*Work instruction*: Search the records for the string "Polygon" and copy every line in which it appears.

*Material for this task*:
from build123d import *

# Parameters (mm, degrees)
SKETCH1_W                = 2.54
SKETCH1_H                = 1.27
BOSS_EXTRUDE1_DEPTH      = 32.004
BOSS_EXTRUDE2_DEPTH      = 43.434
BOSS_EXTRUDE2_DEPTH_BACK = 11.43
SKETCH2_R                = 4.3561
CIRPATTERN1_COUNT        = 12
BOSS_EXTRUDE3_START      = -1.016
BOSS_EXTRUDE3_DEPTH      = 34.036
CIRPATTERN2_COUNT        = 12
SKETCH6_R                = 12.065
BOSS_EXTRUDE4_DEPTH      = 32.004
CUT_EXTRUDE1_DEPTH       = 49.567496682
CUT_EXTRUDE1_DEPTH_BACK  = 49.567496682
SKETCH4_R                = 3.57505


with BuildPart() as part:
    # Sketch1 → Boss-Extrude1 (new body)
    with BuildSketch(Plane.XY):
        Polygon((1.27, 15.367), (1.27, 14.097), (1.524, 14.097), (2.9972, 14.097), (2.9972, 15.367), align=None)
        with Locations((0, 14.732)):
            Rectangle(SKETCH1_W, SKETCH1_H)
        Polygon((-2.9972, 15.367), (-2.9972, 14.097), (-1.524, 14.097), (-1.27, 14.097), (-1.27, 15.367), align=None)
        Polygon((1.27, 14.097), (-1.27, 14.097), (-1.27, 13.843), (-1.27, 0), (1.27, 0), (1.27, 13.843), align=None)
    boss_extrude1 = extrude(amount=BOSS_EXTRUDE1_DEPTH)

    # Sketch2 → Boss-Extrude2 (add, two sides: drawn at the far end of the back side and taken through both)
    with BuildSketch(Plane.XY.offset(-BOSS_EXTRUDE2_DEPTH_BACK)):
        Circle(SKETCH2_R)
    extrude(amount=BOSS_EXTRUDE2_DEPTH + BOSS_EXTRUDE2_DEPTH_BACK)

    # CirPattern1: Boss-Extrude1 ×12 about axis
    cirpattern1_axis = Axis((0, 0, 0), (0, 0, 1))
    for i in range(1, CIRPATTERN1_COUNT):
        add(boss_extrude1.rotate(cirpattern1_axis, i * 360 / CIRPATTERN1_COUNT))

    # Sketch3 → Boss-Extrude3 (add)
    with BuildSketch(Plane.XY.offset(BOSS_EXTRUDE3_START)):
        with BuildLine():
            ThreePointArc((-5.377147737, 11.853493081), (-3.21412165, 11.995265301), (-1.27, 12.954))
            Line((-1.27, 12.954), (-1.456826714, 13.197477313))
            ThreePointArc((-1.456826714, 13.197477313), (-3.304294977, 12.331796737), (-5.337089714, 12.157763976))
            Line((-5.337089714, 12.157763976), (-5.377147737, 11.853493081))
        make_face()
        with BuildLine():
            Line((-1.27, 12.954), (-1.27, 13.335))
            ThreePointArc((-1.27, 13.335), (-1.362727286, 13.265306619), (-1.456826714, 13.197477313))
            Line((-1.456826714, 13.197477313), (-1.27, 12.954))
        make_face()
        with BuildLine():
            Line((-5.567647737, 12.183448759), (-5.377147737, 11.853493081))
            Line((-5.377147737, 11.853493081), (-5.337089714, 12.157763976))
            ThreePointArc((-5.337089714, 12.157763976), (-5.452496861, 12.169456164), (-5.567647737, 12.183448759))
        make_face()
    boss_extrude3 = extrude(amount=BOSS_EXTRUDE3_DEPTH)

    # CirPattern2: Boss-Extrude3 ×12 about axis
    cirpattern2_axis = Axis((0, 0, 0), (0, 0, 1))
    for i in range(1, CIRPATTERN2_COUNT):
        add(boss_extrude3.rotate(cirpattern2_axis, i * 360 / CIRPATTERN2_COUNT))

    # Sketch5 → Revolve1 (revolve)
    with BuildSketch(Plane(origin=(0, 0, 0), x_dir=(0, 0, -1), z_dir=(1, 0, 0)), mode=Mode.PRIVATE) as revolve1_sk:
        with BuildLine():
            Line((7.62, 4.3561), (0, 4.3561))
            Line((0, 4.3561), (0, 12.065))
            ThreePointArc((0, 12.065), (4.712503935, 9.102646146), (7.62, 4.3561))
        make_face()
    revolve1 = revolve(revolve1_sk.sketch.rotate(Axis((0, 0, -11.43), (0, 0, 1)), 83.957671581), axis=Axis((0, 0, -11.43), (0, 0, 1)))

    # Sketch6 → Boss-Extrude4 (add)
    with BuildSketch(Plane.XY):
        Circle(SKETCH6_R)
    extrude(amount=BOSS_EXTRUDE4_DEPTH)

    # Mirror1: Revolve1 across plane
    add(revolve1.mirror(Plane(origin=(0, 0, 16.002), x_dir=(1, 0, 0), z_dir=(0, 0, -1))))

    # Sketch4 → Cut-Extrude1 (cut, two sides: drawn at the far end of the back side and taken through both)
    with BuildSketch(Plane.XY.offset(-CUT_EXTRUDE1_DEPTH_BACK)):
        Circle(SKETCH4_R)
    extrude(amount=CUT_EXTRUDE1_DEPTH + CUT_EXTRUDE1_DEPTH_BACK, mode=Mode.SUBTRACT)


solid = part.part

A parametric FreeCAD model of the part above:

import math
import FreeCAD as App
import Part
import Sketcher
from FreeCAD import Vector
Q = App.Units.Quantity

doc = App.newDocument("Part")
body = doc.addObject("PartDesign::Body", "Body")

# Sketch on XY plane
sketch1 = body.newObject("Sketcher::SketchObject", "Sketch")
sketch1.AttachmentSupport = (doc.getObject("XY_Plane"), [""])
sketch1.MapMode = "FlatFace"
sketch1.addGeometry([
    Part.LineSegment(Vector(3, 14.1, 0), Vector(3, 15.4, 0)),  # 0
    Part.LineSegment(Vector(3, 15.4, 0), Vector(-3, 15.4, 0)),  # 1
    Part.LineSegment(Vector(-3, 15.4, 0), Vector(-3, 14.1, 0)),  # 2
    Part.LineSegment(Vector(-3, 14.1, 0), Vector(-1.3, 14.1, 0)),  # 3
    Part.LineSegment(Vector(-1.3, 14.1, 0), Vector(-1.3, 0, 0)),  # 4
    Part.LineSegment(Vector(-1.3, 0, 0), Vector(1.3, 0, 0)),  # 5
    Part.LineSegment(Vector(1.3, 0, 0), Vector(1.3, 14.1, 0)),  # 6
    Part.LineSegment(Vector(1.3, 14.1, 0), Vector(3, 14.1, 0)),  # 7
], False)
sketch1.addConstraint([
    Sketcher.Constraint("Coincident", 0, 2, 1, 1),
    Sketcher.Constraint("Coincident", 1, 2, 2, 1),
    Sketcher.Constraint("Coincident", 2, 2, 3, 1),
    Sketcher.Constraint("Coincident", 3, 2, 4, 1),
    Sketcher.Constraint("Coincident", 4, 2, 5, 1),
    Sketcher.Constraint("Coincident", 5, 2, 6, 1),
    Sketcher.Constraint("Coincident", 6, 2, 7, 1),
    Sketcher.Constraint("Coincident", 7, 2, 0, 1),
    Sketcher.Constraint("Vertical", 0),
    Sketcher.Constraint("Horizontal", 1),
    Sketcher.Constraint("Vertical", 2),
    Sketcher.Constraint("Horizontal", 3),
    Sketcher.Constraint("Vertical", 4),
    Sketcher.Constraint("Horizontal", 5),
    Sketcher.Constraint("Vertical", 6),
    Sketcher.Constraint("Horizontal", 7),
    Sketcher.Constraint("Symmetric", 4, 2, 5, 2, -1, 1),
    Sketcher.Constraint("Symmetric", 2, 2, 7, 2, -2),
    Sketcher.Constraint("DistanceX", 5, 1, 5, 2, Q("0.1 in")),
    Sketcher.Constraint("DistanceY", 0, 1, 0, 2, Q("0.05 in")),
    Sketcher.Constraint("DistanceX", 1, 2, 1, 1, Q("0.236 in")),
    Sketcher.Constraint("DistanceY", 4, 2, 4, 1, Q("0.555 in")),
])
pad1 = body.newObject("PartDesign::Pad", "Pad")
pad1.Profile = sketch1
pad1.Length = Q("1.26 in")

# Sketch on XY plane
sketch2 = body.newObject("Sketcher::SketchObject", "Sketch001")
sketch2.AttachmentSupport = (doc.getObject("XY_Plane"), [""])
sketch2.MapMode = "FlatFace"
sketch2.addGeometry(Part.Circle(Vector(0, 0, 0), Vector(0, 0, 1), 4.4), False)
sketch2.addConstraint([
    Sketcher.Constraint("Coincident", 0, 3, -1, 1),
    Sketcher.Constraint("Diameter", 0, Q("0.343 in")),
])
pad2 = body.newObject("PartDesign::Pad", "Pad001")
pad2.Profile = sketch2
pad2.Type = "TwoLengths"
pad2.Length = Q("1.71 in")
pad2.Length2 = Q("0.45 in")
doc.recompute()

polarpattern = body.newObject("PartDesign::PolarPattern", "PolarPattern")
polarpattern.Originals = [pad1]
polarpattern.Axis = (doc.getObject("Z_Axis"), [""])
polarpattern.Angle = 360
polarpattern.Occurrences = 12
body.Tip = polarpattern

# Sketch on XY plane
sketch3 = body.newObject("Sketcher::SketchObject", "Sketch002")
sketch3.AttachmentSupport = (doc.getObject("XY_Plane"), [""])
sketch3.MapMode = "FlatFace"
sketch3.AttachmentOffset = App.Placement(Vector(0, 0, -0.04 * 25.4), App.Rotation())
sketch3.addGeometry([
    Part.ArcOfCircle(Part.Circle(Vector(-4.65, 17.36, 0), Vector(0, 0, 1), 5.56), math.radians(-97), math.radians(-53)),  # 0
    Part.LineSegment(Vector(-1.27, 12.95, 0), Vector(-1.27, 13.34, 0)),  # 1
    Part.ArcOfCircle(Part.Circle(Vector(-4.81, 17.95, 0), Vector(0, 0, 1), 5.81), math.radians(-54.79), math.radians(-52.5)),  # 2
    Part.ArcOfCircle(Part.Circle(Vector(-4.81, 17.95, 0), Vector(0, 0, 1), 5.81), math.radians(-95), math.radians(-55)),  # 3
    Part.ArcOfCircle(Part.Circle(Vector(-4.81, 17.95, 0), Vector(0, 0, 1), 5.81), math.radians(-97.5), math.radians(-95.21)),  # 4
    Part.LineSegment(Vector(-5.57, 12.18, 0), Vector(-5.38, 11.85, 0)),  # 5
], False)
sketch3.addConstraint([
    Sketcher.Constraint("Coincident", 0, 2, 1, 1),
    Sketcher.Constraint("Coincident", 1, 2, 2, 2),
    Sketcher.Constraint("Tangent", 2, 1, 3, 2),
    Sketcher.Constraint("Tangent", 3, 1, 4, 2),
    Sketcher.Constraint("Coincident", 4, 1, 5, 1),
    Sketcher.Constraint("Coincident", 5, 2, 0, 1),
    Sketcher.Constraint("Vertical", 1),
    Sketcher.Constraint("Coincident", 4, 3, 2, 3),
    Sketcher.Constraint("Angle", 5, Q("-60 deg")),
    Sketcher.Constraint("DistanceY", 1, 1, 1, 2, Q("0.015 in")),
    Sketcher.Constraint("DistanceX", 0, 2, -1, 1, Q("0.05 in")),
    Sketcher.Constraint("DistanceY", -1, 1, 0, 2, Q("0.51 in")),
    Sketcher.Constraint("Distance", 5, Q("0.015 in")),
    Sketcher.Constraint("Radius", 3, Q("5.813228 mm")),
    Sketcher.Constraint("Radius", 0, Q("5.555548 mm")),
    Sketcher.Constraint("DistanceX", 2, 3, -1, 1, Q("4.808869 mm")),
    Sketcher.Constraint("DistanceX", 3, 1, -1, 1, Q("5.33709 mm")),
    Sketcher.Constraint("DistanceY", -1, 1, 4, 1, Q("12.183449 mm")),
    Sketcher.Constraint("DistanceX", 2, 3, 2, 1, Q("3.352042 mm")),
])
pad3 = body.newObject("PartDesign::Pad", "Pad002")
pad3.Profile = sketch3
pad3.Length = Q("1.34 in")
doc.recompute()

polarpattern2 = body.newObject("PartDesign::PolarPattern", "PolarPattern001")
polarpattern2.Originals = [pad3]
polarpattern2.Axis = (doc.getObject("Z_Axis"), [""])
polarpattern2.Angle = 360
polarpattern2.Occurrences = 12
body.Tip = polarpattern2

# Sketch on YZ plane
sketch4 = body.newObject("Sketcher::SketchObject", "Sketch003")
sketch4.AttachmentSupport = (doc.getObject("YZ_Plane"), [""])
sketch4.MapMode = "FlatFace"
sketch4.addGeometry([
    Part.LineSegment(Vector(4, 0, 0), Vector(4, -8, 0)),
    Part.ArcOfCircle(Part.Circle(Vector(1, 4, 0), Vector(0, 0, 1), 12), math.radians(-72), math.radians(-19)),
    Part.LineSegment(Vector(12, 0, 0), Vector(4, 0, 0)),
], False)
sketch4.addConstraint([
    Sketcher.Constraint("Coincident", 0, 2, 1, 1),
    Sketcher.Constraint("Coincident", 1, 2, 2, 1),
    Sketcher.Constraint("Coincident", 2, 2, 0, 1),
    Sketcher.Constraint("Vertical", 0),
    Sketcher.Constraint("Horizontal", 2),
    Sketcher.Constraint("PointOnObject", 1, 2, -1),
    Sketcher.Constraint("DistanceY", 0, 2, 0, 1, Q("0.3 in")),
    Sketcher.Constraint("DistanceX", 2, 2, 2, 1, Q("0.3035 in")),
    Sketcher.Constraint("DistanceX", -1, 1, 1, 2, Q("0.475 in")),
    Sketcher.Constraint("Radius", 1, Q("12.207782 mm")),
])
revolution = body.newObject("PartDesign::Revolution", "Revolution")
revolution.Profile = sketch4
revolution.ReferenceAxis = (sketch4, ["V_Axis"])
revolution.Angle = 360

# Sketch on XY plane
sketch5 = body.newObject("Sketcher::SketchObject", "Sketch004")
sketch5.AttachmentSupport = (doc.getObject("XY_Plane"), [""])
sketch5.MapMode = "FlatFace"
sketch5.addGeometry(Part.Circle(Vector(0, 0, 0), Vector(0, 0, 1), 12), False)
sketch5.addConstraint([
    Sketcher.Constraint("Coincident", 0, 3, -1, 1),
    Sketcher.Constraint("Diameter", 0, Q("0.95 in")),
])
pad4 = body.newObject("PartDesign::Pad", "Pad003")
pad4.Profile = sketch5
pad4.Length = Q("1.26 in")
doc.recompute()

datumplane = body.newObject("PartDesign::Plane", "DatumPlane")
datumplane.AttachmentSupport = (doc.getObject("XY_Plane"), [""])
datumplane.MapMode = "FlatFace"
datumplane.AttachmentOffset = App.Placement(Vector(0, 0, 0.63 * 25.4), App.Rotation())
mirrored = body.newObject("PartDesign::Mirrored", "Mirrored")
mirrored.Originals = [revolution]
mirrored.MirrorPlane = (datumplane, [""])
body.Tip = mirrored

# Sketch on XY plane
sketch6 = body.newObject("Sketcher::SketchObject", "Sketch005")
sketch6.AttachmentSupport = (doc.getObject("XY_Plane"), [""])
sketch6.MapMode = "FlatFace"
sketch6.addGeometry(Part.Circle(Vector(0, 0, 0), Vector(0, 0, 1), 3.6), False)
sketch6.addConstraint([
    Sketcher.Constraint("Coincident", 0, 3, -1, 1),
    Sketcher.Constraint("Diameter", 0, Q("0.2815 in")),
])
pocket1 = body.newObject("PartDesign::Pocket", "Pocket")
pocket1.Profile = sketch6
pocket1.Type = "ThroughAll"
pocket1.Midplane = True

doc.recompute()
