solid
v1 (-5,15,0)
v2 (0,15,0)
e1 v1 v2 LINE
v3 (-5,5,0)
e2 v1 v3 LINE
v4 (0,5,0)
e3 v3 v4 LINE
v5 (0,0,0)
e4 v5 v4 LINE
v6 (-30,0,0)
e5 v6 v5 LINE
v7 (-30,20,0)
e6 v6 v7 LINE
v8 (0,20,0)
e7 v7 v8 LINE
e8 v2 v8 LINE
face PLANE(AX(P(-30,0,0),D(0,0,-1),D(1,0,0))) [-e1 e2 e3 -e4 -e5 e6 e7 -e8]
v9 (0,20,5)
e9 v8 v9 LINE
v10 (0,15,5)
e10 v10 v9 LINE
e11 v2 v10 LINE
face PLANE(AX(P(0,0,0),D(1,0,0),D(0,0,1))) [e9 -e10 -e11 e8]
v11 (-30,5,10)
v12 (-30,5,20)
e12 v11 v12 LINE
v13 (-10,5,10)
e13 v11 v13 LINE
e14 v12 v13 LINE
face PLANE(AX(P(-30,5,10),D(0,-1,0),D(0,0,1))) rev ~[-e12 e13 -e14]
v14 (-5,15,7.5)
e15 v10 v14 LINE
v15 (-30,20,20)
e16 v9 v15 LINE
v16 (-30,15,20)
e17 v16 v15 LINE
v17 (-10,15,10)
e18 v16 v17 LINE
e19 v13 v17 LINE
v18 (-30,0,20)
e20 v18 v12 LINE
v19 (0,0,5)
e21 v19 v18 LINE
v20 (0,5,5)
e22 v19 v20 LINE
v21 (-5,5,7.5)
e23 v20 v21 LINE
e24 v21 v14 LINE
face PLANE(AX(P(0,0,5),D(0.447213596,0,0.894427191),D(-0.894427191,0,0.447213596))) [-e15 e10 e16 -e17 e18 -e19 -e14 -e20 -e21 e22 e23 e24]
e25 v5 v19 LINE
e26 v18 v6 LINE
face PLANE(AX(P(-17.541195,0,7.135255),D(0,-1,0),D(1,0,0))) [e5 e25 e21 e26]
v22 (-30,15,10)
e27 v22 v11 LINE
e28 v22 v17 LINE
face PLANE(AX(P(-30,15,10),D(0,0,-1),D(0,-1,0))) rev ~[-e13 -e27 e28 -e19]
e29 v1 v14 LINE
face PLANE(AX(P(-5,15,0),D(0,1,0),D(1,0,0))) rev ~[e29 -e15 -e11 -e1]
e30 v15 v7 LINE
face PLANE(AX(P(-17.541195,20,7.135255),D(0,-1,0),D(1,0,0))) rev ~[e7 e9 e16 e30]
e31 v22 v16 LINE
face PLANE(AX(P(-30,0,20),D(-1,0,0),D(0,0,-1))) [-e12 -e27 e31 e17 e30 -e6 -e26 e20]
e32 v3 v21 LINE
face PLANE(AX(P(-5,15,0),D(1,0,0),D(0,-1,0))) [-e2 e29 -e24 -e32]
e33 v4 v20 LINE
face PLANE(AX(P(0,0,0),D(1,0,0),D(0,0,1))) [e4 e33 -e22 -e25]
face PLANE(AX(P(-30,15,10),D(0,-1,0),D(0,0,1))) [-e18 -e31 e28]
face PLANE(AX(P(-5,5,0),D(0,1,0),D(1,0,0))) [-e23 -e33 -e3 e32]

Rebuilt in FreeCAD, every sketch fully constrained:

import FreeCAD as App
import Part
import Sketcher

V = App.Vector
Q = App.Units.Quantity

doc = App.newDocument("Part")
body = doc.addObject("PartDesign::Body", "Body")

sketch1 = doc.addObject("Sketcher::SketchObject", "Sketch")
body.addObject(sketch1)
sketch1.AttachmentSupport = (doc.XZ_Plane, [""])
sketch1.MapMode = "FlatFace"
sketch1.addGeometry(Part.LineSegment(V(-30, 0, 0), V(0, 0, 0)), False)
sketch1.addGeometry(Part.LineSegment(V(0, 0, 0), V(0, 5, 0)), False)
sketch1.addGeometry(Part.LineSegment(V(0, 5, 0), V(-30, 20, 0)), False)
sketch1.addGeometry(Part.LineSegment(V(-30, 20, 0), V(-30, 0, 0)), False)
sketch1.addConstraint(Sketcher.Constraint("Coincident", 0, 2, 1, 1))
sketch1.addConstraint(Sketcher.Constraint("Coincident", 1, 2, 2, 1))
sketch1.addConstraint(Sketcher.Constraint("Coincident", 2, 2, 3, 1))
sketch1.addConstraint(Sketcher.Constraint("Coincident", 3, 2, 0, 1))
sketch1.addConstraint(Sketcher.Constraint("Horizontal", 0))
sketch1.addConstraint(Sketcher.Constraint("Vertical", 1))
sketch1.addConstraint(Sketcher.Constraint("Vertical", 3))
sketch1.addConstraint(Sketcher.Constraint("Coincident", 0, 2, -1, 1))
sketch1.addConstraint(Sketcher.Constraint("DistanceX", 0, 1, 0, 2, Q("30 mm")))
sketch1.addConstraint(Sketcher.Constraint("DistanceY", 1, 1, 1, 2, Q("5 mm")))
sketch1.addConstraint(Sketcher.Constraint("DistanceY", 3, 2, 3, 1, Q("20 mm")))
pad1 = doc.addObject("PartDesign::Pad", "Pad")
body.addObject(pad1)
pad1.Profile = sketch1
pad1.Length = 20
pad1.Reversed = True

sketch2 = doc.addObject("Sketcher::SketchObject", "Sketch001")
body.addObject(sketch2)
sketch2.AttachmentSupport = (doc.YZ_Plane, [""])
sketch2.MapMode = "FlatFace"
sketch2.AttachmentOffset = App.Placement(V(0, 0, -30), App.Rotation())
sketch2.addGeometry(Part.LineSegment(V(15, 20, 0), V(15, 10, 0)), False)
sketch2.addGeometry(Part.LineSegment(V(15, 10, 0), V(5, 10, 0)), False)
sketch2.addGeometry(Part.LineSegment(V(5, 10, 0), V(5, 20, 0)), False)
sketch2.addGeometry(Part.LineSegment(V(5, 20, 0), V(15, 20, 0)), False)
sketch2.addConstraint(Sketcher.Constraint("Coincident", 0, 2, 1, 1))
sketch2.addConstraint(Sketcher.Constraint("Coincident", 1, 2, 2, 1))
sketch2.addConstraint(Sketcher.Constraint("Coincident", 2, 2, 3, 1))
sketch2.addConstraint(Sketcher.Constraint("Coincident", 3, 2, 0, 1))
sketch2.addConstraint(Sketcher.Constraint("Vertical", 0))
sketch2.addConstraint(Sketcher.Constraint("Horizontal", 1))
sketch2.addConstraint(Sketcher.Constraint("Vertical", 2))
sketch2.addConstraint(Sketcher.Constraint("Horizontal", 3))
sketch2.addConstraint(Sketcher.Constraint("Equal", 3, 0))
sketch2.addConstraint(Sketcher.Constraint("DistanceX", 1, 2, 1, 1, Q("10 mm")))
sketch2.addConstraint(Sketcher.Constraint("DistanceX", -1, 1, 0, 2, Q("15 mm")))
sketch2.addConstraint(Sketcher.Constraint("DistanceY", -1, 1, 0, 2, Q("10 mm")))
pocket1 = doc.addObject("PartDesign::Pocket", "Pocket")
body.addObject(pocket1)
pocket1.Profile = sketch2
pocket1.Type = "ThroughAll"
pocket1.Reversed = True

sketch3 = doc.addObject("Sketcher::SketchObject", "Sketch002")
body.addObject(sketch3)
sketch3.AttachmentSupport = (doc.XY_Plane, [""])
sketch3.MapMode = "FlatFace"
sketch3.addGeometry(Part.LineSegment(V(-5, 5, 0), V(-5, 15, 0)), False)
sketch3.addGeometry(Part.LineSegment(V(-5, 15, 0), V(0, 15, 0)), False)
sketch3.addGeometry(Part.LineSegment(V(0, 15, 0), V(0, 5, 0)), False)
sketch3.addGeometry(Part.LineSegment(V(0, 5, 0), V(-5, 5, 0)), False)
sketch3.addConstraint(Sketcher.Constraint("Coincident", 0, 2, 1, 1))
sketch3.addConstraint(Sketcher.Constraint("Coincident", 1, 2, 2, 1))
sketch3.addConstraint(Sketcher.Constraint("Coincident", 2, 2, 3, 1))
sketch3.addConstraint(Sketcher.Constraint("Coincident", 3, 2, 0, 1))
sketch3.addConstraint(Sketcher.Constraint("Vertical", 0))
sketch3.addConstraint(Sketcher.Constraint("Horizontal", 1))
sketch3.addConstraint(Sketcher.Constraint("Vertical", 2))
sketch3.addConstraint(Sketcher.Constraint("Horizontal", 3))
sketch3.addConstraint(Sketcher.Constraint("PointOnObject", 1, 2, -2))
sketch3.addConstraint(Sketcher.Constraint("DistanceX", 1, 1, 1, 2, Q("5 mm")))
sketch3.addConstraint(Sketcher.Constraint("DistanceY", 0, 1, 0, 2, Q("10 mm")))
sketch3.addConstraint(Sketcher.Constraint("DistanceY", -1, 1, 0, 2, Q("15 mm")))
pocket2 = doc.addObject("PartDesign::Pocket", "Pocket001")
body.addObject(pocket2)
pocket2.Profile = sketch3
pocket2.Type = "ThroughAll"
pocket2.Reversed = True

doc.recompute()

*Result for this task*:
        Polygon((1.27, 15.367), (1.27, 14.097), (1.524, 14.097), (2.9972, 14.097), (2.9972, 15.367), align=None)
        Polygon((-2.9972, 15.367), (-2.9972, 14.097), (-1.524, 14.097), (-1.27, 14.097), (-1.27, 15.367), align=None)
        Polygon((1.27, 14.097), (-1.27, 14.097), (-1.27, 13.843), (-1.27, 0), (1.27, 0), (1.27, 13.843), align=None)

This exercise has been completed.